Aim of the task
As the answer, set down the lines below from the one containing "face PLANE(AX(P(29.015482,25.49602,3),D(0,0,1),D(1,0,0))) [e59]" through the one containing "e78 v58 v58", exactly and inclusively, and no others.

Input for this task
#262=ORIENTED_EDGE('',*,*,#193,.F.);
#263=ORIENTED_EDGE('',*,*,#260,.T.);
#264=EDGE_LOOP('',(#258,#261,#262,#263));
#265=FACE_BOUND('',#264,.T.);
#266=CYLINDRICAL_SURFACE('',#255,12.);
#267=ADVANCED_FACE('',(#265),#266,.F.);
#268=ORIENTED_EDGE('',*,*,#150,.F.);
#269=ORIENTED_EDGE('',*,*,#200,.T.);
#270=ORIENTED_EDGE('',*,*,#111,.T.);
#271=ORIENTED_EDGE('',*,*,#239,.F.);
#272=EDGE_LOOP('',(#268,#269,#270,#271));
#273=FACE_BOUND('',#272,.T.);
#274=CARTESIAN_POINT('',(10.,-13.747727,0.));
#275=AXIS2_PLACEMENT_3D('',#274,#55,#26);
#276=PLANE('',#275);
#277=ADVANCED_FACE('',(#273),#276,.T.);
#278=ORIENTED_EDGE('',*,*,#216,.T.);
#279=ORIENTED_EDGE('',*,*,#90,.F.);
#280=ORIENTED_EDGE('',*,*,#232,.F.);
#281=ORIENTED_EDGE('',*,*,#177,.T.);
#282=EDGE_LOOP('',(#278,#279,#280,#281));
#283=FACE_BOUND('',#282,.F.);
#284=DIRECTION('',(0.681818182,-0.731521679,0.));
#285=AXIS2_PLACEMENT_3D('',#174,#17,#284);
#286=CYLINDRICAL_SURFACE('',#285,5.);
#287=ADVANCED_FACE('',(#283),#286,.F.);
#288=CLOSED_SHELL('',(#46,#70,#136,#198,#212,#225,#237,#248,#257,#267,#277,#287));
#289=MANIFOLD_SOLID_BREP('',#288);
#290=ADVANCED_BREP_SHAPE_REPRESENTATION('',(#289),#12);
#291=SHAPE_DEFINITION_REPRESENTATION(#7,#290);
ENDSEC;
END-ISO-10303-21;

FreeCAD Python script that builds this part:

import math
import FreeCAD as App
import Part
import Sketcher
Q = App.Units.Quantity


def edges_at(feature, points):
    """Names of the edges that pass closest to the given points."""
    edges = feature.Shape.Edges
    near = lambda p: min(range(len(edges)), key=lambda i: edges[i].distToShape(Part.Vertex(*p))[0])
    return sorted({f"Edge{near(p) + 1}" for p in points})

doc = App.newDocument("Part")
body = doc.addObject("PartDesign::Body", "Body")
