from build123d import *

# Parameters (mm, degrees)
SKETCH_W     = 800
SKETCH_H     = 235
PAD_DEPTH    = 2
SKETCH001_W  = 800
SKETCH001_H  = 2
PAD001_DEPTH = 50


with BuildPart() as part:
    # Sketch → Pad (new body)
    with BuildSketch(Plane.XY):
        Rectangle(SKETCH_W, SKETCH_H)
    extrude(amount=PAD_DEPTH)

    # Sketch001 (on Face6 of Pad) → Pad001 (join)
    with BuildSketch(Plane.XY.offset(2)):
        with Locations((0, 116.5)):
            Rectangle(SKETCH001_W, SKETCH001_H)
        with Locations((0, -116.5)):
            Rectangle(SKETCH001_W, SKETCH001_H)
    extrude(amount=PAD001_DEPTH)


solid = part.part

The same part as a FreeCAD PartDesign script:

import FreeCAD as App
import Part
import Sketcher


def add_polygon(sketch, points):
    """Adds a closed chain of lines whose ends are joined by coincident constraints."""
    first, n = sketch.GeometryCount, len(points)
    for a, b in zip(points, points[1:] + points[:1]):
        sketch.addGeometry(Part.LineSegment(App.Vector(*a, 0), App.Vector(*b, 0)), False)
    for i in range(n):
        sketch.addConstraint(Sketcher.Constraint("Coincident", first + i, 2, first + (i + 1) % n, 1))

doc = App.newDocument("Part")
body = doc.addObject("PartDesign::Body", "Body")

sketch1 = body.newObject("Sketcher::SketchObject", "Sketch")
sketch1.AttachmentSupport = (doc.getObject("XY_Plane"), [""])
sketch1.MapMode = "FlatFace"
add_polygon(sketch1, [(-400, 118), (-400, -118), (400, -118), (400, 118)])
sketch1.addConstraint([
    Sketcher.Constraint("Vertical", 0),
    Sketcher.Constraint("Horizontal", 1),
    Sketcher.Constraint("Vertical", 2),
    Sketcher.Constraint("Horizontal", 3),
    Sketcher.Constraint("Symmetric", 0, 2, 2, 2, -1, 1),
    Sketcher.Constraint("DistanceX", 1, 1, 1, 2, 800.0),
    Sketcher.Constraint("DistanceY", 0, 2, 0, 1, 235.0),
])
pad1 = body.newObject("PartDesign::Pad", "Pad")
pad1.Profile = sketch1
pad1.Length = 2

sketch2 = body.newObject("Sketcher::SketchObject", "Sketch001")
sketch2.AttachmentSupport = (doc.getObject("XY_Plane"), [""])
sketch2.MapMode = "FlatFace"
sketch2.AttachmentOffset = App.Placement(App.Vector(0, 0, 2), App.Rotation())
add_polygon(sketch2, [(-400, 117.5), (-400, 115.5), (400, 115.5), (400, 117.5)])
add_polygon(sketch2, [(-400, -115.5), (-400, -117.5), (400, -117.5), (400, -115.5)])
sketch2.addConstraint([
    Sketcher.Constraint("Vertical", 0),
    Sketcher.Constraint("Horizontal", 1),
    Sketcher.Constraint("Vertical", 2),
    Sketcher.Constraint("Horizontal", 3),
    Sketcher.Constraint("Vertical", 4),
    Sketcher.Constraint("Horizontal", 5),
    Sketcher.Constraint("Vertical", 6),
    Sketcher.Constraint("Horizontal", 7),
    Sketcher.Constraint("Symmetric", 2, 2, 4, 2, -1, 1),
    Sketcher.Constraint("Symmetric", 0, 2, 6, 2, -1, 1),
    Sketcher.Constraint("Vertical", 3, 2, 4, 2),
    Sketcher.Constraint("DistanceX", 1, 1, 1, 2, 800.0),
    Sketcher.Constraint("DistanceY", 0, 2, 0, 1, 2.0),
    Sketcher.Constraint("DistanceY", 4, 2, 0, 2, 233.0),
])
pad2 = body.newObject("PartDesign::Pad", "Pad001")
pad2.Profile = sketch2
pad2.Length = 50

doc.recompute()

--

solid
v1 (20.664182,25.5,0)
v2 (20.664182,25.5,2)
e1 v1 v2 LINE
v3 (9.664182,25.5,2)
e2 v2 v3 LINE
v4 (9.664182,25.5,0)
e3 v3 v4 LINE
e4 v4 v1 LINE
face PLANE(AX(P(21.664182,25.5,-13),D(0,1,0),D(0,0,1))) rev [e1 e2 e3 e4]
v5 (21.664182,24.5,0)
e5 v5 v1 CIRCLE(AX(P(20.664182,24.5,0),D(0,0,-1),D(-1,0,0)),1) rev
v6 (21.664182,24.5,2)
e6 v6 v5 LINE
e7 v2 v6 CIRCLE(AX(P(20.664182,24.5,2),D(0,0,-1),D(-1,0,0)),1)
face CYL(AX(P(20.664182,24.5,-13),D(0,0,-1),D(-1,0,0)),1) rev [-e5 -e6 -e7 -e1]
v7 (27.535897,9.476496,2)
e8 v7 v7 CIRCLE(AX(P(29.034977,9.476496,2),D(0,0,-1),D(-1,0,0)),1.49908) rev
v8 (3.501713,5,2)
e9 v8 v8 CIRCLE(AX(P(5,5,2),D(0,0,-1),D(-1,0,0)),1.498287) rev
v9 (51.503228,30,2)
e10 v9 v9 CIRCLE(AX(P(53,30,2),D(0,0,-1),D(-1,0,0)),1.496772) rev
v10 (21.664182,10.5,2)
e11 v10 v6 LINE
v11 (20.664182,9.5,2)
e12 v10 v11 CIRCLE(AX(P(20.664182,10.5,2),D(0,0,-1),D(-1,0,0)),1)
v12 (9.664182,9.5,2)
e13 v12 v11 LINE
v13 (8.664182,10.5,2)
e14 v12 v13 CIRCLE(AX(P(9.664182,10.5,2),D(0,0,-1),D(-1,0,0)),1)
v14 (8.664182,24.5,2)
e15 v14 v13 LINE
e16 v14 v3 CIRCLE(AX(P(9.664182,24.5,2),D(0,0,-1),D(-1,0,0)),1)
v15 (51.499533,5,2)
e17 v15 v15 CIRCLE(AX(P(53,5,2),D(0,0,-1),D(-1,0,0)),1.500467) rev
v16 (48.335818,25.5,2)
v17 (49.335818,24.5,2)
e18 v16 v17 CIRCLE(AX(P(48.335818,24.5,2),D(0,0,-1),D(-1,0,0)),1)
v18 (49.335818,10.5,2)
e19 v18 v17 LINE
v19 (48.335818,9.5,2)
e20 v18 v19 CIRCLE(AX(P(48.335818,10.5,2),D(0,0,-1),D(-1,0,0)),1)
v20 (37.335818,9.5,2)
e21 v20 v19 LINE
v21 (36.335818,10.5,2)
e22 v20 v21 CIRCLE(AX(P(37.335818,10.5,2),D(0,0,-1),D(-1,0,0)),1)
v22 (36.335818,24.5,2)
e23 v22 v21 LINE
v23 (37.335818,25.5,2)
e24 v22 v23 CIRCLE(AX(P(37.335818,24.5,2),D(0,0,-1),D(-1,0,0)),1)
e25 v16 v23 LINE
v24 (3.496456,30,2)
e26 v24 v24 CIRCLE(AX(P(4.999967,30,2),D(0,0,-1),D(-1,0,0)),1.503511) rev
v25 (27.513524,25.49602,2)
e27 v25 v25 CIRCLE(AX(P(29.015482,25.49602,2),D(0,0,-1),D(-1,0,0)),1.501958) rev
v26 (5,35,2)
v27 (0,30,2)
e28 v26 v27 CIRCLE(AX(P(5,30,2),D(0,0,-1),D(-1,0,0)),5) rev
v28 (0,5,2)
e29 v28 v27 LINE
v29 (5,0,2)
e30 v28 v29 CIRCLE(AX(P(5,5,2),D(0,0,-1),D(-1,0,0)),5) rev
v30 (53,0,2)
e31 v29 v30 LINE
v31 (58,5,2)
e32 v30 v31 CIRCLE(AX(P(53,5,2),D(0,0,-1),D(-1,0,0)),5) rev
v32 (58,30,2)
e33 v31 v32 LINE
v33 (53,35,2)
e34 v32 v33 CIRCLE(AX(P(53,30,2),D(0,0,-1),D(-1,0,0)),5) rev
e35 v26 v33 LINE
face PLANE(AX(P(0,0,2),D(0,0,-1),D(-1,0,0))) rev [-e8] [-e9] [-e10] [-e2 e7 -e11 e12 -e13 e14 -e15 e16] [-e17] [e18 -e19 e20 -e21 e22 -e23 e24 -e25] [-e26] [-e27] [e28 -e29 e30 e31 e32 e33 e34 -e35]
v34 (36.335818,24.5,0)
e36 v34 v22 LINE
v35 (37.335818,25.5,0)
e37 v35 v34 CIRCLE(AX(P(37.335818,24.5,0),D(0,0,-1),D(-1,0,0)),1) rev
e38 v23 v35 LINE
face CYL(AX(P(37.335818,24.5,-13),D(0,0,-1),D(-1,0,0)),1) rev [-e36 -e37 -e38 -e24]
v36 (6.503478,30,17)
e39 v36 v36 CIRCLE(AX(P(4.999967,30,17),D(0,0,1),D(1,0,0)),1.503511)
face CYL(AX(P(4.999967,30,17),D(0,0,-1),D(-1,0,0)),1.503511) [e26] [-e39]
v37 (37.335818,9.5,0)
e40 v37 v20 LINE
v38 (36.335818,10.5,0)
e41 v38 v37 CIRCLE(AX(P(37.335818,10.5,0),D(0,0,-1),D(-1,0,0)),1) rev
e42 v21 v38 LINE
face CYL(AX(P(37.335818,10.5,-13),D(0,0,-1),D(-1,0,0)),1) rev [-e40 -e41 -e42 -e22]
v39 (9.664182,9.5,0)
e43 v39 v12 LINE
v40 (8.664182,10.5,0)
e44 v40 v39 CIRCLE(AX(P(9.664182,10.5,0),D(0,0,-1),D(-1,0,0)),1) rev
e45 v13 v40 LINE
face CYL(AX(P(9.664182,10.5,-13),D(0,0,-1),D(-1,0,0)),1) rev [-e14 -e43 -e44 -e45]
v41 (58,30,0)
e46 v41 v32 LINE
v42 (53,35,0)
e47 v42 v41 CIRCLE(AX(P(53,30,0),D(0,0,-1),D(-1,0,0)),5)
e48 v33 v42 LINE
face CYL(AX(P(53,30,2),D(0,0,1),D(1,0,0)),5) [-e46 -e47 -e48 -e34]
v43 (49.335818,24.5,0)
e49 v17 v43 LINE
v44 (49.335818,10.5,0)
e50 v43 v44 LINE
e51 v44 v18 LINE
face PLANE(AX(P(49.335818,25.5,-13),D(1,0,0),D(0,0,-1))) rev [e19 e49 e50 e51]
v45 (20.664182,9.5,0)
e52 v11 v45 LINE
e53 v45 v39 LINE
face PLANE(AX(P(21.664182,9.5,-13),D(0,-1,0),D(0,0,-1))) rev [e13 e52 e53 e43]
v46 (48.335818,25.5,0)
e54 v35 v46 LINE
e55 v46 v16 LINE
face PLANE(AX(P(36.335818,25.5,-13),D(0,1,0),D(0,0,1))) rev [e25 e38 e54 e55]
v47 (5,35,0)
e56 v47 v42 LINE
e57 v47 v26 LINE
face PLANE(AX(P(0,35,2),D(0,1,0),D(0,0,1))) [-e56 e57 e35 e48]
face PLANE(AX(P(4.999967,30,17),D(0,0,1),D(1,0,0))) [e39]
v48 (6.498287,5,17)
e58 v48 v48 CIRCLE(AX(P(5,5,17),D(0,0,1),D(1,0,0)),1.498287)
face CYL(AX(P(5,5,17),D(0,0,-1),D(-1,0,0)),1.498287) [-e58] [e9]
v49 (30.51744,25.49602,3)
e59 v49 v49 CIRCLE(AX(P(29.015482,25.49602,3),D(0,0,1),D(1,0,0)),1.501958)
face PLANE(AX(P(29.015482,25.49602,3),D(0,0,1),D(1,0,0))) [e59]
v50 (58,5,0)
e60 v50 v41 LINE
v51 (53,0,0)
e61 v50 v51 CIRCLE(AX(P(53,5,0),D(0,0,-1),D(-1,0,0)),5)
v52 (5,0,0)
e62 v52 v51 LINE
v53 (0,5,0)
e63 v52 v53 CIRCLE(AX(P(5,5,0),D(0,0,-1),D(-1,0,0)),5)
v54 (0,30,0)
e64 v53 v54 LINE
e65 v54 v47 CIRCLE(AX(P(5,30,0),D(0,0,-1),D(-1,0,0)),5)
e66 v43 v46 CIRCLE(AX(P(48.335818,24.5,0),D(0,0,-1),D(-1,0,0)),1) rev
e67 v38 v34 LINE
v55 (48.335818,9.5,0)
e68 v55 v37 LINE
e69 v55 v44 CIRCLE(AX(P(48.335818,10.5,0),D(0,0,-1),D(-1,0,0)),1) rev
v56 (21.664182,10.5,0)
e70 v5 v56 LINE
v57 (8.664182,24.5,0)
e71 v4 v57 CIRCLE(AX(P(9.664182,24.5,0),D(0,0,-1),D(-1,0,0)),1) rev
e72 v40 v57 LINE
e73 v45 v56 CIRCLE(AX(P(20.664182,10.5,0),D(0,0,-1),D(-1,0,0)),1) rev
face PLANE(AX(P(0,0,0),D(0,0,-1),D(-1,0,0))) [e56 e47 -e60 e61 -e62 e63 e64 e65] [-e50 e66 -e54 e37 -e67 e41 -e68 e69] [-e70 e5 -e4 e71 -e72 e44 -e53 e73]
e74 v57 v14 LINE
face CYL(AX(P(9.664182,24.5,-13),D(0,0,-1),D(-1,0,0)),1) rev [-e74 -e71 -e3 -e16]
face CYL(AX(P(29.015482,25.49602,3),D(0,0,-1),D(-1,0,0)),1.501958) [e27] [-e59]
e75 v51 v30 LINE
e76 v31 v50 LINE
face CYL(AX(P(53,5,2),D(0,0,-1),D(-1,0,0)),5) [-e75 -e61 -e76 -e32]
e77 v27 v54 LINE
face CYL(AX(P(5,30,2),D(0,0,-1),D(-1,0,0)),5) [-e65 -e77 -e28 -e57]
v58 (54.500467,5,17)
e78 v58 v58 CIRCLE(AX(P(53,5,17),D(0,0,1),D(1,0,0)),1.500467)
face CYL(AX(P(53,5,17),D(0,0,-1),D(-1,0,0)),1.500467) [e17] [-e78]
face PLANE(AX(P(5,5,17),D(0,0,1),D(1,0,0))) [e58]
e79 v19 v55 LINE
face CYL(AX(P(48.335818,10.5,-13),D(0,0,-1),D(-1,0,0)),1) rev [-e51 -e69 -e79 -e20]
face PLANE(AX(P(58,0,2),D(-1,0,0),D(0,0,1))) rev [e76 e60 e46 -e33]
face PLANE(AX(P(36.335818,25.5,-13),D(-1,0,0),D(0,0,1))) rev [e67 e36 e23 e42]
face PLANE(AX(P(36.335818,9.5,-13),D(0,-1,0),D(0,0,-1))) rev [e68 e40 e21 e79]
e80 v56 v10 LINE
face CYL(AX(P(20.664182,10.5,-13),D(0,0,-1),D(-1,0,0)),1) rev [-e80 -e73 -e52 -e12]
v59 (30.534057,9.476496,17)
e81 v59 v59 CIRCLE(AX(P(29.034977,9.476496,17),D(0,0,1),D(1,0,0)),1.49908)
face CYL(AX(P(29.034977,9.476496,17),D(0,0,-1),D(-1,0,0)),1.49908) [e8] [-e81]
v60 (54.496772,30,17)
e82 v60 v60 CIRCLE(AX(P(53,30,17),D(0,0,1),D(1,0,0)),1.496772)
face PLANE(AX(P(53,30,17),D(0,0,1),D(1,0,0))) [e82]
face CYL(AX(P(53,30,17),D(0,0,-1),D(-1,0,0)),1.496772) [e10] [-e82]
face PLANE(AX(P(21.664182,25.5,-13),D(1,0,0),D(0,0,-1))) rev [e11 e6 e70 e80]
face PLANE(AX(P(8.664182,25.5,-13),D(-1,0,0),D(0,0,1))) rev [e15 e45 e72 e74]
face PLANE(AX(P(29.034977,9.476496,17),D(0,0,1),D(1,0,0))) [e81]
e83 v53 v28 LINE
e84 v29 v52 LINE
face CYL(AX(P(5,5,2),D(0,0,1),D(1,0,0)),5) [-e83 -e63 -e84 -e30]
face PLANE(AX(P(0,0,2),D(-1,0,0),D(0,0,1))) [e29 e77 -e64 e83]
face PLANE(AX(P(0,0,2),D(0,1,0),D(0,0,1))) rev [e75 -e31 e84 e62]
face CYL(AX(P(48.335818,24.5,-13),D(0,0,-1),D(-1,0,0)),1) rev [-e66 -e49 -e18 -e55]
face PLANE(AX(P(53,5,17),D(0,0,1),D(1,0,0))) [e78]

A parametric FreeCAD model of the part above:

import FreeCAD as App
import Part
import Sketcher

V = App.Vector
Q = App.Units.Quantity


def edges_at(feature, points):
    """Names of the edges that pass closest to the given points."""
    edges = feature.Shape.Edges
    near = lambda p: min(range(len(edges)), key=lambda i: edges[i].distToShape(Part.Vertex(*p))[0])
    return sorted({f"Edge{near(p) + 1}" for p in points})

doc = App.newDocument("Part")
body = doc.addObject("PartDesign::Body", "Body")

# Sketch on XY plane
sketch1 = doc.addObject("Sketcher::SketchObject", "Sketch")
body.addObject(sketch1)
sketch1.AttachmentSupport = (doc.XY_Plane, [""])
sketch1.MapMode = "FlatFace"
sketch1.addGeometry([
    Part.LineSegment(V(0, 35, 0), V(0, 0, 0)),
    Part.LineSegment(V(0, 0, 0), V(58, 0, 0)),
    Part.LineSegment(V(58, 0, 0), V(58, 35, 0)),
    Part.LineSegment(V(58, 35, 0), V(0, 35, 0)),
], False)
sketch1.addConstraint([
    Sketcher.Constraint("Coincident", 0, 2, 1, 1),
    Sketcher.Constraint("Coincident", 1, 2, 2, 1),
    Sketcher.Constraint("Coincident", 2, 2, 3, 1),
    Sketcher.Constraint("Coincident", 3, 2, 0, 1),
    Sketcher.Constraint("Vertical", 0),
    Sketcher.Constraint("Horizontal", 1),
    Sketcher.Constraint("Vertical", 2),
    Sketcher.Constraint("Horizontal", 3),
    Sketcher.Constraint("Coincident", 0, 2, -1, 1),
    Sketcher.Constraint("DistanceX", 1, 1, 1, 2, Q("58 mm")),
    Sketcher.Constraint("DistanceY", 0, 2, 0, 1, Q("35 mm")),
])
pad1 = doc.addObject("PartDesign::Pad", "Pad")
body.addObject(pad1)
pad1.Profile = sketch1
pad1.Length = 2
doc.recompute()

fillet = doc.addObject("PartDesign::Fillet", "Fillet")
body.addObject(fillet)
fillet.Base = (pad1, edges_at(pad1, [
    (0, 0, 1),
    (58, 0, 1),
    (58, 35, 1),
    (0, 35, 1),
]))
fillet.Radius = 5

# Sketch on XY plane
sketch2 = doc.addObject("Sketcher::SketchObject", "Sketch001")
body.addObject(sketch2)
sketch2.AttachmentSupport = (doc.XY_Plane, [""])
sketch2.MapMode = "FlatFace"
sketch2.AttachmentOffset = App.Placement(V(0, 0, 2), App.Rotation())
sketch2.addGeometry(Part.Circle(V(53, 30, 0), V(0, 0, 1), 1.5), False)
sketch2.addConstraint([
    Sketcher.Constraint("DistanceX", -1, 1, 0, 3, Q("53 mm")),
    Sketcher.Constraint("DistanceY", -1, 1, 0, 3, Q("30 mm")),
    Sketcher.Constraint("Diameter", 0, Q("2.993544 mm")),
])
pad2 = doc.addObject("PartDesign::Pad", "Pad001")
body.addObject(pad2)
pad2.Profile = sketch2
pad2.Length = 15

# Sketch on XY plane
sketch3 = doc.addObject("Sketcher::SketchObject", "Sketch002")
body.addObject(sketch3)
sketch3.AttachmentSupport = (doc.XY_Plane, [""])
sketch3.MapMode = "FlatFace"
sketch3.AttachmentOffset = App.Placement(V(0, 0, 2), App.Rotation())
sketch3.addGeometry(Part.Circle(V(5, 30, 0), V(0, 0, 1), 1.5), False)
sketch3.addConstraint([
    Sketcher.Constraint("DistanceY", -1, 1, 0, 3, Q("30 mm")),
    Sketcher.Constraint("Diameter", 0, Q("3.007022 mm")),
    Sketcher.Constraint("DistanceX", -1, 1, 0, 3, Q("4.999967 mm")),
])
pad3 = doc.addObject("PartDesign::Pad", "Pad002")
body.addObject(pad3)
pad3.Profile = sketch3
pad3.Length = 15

Answer box
face PLANE(AX(P(29.015482,25.49602,3),D(0,0,1),D(1,0,0))) [e59]
v50 (58,5,0)
e60 v50 v41 LINE
v51 (53,0,0)
e61 v50 v51 CIRCLE(AX(P(53,5,0),D(0,0,-1),D(-1,0,0)),5)
v52 (5,0,0)
e62 v52 v51 LINE
v53 (0,5,0)
e63 v52 v53 CIRCLE(AX(P(5,5,0),D(0,0,-1),D(-1,0,0)),5)
v54 (0,30,0)
e64 v53 v54 LINE
e65 v54 v47 CIRCLE(AX(P(5,30,0),D(0,0,-1),D(-1,0,0)),5)
e66 v43 v46 CIRCLE(AX(P(48.335818,24.5,0),D(0,0,-1),D(-1,0,0)),1) rev
e67 v38 v34 LINE
v55 (48.335818,9.5,0)
e68 v55 v37 LINE
e69 v55 v44 CIRCLE(AX(P(48.335818,10.5,0),D(0,0,-1),D(-1,0,0)),1) rev
v56 (21.664182,10.5,0)
e70 v5 v56 LINE
v57 (8.664182,24.5,0)
e71 v4 v57 CIRCLE(AX(P(9.664182,24.5,0),D(0,0,-1),D(-1,0,0)),1) rev
e72 v40 v57 LINE
e73 v45 v56 CIRCLE(AX(P(20.664182,10.5,0),D(0,0,-1),D(-1,0,0)),1) rev
face PLANE(AX(P(0,0,0),D(0,0,-1),D(-1,0,0))) [e56 e47 -e60 e61 -e62 e63 e64 e65] [-e50 e66 -e54 e37 -e67 e41 -e68 e69] [-e70 e5 -e4 e71 -e72 e44 -e53 e73]
e74 v57 v14 LINE
face CYL(AX(P(9.664182,24.5,-13),D(0,0,-1),D(-1,0,0)),1) rev [-e74 -e71 -e3 -e16]
face CYL(AX(P(29.015482,25.49602,3),D(0,0,-1),D(-1,0,0)),1.501958) [e27] [-e59]
e75 v51 v30 LINE
e76 v31 v50 LINE
face CYL(AX(P(53,5,2),D(0,0,-1),D(-1,0,0)),5) [-e75 -e61 -e76 -e32]
e77 v27 v54 LINE
face CYL(AX(P(5,30,2),D(0,0,-1),D(-1,0,0)),5) [-e65 -e77 -e28 -e57]
v58 (54.500467,5,17)
e78 v58 v58 CIRCLE(AX(P(53,5,17),D(0,0,1),D(1,0,0)),1.500467)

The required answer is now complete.